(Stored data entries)
● ● ● ● ● ● ●

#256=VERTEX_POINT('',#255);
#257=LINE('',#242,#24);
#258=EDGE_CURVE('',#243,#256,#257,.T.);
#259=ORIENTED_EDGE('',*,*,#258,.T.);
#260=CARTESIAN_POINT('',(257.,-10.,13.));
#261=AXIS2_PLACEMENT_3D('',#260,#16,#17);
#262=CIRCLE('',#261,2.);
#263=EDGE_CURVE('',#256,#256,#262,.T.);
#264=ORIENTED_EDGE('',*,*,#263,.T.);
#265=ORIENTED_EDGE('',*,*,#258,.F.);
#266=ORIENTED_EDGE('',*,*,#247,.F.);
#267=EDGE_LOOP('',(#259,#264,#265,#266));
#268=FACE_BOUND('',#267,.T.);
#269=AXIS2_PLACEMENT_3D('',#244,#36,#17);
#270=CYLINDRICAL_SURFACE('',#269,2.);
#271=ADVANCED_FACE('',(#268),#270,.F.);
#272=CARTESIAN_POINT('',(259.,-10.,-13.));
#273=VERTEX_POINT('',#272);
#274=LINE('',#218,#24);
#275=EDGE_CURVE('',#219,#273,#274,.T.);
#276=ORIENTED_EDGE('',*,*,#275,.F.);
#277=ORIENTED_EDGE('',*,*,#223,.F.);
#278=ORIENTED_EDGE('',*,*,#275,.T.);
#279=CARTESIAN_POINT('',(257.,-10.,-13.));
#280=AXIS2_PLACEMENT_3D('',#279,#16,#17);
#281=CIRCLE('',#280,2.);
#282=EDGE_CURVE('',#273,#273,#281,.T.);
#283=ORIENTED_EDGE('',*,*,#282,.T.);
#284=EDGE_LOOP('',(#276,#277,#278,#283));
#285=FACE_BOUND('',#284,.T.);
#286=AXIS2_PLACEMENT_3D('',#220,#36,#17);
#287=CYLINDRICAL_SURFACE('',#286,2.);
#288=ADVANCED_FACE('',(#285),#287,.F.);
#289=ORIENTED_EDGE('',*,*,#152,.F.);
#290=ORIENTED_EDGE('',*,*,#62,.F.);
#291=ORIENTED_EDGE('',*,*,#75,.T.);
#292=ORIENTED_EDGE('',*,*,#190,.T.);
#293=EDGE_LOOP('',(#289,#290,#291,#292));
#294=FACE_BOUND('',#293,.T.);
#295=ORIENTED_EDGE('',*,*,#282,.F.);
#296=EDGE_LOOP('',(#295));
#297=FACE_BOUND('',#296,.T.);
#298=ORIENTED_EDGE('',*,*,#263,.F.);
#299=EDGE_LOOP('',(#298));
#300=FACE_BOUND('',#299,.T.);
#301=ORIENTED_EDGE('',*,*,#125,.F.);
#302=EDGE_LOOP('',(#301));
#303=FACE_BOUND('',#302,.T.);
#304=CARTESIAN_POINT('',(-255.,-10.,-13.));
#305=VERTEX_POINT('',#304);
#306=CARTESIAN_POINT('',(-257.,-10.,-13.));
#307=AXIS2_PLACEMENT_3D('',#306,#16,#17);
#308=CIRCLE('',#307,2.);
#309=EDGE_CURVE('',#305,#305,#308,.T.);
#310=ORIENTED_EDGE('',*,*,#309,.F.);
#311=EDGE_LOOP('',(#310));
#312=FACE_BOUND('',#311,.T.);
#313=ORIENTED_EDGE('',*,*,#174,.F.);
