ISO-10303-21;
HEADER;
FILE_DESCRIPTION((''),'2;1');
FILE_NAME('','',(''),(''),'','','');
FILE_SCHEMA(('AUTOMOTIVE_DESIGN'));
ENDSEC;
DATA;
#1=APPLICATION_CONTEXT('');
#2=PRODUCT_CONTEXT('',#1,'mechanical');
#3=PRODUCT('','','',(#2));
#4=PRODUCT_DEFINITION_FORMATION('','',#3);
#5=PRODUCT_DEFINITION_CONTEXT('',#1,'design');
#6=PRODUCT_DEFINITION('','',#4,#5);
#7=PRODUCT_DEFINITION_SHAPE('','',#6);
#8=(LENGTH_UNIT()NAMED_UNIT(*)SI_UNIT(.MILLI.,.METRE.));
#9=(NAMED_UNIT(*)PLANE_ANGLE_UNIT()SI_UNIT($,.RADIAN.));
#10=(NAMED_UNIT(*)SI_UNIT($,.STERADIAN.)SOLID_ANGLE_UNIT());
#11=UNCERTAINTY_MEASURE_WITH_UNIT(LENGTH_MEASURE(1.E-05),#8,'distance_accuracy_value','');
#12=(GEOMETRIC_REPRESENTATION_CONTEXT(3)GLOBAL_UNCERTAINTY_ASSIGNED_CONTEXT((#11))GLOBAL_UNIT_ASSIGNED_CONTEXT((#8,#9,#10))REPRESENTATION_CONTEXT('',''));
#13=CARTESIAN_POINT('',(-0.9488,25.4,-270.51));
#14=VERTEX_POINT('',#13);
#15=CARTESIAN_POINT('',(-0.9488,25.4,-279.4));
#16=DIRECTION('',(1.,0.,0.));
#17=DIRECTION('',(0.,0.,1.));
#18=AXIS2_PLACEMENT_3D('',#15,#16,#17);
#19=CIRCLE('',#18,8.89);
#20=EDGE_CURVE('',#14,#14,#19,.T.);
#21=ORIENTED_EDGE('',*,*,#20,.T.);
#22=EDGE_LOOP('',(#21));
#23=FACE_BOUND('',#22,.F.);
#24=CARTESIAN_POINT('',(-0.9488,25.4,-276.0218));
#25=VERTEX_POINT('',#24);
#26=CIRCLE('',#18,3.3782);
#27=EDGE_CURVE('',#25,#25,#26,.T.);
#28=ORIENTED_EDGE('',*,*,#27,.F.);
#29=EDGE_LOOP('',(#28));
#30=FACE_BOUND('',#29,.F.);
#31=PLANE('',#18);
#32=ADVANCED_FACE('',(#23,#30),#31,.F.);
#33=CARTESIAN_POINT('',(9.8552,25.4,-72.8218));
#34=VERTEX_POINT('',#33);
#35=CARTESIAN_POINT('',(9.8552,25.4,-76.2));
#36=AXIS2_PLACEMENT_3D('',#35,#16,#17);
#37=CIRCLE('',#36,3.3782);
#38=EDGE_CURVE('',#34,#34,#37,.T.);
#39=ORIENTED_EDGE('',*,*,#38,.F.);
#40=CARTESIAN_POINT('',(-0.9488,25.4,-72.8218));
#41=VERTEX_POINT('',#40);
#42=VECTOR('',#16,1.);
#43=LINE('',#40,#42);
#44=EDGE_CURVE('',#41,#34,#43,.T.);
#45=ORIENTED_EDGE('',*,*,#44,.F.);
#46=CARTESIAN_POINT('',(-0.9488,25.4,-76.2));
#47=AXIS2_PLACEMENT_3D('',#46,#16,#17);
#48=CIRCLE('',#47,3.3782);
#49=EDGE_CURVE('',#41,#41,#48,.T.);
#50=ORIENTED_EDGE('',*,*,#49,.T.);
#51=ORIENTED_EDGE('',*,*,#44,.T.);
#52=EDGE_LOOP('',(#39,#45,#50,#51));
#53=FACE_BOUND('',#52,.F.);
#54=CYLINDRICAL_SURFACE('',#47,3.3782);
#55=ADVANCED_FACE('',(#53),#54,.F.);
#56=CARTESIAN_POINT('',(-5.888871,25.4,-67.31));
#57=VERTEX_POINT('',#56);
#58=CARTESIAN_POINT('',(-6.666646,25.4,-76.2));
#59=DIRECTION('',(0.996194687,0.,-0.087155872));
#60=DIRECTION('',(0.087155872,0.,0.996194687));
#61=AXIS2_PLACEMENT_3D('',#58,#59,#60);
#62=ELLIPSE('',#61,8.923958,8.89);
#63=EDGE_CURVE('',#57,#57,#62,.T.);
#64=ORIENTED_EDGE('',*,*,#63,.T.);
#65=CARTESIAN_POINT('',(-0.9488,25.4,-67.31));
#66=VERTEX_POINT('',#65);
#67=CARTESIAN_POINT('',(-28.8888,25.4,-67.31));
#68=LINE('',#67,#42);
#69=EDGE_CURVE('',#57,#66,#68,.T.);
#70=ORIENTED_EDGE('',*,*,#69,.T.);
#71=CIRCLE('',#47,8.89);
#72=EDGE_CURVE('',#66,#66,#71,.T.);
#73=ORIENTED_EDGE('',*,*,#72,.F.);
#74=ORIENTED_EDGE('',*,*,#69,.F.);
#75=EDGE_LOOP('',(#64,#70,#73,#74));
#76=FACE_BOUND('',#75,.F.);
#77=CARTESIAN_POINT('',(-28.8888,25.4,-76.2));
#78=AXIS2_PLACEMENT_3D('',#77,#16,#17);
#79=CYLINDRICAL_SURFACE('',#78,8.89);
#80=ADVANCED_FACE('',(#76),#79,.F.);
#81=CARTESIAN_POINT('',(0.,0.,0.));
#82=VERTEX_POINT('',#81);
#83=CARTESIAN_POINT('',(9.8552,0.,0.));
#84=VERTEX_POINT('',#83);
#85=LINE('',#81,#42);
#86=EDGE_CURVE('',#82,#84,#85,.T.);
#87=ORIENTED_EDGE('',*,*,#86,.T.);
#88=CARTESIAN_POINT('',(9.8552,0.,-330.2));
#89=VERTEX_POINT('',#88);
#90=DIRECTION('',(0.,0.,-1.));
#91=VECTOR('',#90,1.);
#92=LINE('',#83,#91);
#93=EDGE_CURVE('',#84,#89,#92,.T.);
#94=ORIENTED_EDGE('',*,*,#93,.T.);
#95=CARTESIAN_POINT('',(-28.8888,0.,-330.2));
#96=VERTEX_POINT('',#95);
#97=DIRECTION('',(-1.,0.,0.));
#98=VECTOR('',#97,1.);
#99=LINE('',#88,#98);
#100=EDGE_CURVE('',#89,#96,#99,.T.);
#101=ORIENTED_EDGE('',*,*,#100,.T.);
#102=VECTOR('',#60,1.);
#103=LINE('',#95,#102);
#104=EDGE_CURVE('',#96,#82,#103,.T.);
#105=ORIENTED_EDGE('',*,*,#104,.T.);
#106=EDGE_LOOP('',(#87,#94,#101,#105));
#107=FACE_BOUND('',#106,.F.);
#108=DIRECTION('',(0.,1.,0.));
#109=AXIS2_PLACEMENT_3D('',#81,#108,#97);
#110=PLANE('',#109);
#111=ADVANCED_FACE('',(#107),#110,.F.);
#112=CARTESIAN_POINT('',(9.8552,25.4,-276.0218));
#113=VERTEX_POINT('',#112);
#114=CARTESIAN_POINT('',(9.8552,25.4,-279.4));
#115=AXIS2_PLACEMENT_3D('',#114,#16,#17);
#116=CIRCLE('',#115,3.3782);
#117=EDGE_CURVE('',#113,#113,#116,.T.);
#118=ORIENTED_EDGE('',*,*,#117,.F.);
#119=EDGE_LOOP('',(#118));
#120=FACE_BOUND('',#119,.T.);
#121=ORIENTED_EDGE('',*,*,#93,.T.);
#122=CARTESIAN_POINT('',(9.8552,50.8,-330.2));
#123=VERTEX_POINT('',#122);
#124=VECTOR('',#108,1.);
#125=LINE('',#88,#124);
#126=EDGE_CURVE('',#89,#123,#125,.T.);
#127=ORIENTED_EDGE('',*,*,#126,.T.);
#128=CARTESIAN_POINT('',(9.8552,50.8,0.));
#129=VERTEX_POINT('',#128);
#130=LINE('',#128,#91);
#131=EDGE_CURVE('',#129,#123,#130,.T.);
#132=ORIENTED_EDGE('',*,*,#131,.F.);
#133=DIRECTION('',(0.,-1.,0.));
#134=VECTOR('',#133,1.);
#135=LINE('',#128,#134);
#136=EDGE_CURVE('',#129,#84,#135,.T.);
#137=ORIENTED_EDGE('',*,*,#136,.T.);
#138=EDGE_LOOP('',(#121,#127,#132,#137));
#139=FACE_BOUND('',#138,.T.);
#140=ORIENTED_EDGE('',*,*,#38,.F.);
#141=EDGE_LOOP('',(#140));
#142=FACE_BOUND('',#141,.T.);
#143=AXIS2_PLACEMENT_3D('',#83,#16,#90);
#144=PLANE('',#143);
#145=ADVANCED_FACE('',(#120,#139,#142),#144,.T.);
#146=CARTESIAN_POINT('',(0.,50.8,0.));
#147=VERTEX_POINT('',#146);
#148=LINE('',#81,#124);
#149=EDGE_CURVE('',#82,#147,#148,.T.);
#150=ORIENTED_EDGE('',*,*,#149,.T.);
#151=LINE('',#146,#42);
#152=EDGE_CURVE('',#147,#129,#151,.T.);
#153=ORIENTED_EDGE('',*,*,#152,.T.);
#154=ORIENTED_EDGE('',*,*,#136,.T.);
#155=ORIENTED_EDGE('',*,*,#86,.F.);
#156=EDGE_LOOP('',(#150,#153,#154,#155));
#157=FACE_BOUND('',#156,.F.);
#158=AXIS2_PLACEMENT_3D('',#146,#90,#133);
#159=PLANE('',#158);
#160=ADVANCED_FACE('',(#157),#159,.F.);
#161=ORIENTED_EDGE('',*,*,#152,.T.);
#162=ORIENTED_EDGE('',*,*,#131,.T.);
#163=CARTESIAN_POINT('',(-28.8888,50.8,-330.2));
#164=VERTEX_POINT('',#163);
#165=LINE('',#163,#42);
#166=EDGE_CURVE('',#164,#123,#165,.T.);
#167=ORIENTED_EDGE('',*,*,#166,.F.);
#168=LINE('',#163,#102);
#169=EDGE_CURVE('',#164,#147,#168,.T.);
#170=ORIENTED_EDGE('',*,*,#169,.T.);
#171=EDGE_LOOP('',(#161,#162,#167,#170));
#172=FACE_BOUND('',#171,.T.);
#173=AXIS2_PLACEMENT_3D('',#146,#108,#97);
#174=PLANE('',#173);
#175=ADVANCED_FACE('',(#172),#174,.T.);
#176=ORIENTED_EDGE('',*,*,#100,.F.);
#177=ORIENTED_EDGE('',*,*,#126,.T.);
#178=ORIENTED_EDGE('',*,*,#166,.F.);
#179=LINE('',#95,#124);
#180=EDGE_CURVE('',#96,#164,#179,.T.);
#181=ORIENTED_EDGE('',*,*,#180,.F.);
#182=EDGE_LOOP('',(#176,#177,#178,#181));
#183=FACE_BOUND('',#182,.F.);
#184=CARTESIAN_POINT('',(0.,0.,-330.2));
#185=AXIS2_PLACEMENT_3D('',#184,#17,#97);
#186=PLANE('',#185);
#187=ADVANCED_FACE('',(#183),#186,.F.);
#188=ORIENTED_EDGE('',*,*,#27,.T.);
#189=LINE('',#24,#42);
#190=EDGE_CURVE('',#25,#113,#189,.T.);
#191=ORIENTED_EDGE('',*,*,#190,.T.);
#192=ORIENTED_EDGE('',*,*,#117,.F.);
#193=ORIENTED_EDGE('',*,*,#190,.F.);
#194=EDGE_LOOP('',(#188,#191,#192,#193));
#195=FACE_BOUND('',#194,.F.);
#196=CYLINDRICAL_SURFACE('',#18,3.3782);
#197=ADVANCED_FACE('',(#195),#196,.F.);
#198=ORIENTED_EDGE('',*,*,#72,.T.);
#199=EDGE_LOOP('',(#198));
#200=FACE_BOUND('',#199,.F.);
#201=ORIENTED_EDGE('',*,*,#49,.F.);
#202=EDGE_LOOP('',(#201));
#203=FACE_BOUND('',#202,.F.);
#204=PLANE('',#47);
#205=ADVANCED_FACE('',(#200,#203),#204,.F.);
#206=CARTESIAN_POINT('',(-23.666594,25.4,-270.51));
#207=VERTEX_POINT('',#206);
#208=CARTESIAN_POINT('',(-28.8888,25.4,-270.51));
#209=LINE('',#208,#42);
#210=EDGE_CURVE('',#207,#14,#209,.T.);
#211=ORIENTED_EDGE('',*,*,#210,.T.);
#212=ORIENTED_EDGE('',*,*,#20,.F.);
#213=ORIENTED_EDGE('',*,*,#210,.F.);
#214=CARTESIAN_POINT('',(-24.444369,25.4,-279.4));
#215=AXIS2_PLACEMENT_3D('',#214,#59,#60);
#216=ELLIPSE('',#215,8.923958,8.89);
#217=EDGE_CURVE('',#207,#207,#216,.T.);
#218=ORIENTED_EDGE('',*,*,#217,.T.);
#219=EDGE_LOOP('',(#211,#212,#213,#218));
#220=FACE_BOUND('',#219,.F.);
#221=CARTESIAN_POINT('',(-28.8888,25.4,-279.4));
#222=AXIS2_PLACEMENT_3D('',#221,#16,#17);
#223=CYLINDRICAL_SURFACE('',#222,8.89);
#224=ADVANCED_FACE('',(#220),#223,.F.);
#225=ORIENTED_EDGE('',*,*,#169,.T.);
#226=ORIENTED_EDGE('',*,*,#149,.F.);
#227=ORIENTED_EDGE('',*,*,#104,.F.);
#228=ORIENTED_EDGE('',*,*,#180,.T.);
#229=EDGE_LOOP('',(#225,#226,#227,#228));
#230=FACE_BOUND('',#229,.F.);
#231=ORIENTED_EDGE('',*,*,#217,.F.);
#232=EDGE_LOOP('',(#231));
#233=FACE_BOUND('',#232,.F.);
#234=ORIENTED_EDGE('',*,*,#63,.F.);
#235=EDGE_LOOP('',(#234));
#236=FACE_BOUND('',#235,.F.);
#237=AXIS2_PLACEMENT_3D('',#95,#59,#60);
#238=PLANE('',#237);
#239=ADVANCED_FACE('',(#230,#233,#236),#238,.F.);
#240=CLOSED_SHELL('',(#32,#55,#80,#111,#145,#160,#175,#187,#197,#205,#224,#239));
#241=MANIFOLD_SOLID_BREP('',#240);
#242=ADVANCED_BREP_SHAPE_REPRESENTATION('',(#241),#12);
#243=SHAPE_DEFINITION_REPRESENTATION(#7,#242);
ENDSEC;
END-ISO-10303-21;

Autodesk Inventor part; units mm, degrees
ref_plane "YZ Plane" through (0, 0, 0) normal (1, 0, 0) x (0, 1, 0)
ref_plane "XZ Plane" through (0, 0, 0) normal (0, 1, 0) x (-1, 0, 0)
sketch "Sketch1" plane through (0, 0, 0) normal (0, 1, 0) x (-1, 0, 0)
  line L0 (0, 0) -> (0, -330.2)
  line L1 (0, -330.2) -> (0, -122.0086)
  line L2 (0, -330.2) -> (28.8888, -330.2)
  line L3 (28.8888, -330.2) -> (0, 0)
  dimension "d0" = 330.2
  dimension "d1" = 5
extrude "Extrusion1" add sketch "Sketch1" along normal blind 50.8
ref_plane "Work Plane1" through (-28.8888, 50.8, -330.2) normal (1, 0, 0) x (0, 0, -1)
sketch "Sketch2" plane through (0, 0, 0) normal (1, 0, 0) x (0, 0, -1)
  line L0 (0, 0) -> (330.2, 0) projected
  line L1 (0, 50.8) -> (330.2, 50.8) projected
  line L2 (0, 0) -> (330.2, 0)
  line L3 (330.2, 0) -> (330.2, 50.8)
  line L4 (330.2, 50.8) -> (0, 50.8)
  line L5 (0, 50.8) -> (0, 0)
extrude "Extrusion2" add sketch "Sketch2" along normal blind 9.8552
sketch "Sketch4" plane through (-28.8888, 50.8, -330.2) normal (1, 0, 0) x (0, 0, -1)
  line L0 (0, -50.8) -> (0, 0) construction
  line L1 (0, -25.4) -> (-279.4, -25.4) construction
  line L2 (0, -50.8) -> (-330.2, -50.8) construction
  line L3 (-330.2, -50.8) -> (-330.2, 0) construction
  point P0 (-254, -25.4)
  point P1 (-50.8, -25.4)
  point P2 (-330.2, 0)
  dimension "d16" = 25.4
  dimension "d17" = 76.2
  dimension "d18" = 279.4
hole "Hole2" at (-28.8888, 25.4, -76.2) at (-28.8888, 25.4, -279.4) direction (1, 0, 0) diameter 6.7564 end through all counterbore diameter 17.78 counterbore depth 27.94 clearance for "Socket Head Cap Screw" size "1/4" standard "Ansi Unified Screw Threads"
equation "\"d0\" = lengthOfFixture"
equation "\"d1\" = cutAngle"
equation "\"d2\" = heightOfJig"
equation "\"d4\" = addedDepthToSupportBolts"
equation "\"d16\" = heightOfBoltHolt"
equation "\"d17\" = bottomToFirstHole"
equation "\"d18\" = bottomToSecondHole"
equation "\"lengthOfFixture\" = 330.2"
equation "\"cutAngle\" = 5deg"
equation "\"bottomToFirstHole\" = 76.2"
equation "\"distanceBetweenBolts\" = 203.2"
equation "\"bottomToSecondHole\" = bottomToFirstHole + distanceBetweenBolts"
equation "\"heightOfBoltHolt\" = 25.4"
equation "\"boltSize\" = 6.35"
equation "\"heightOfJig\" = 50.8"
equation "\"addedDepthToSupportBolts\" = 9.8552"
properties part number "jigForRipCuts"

● ● ● ● ● ● ●

**What you will do**
Could you please copy the lines above exactly, beginning at the first and ending at the line that contains "#279=CARTESIAN_POINT('',(257.,-10.,-13.));"?

**Result of the exercise**
#256=VERTEX_POINT('',#255);
#257=LINE('',#242,#24);
#258=EDGE_CURVE('',#243,#256,#257,.T.);
#259=ORIENTED_EDGE('',*,*,#258,.T.);
#260=CARTESIAN_POINT('',(257.,-10.,13.));
#261=AXIS2_PLACEMENT_3D('',#260,#16,#17);
#262=CIRCLE('',#261,2.);
#263=EDGE_CURVE('',#256,#256,#262,.T.);
#264=ORIENTED_EDGE('',*,*,#263,.T.);
#265=ORIENTED_EDGE('',*,*,#258,.F.);
#266=ORIENTED_EDGE('',*,*,#247,.F.);
#267=EDGE_LOOP('',(#259,#264,#265,#266));
#268=FACE_BOUND('',#267,.T.);
#269=AXIS2_PLACEMENT_3D('',#244,#36,#17);
#270=CYLINDRICAL_SURFACE('',#269,2.);
#271=ADVANCED_FACE('',(#268),#270,.F.);
#272=CARTESIAN_POINT('',(259.,-10.,-13.));
#273=VERTEX_POINT('',#272);
#274=LINE('',#218,#24);
#275=EDGE_CURVE('',#219,#273,#274,.T.);
#276=ORIENTED_EDGE('',*,*,#275,.F.);
#277=ORIENTED_EDGE('',*,*,#223,.F.);
#278=ORIENTED_EDGE('',*,*,#275,.T.);
#279=CARTESIAN_POINT('',(257.,-10.,-13.));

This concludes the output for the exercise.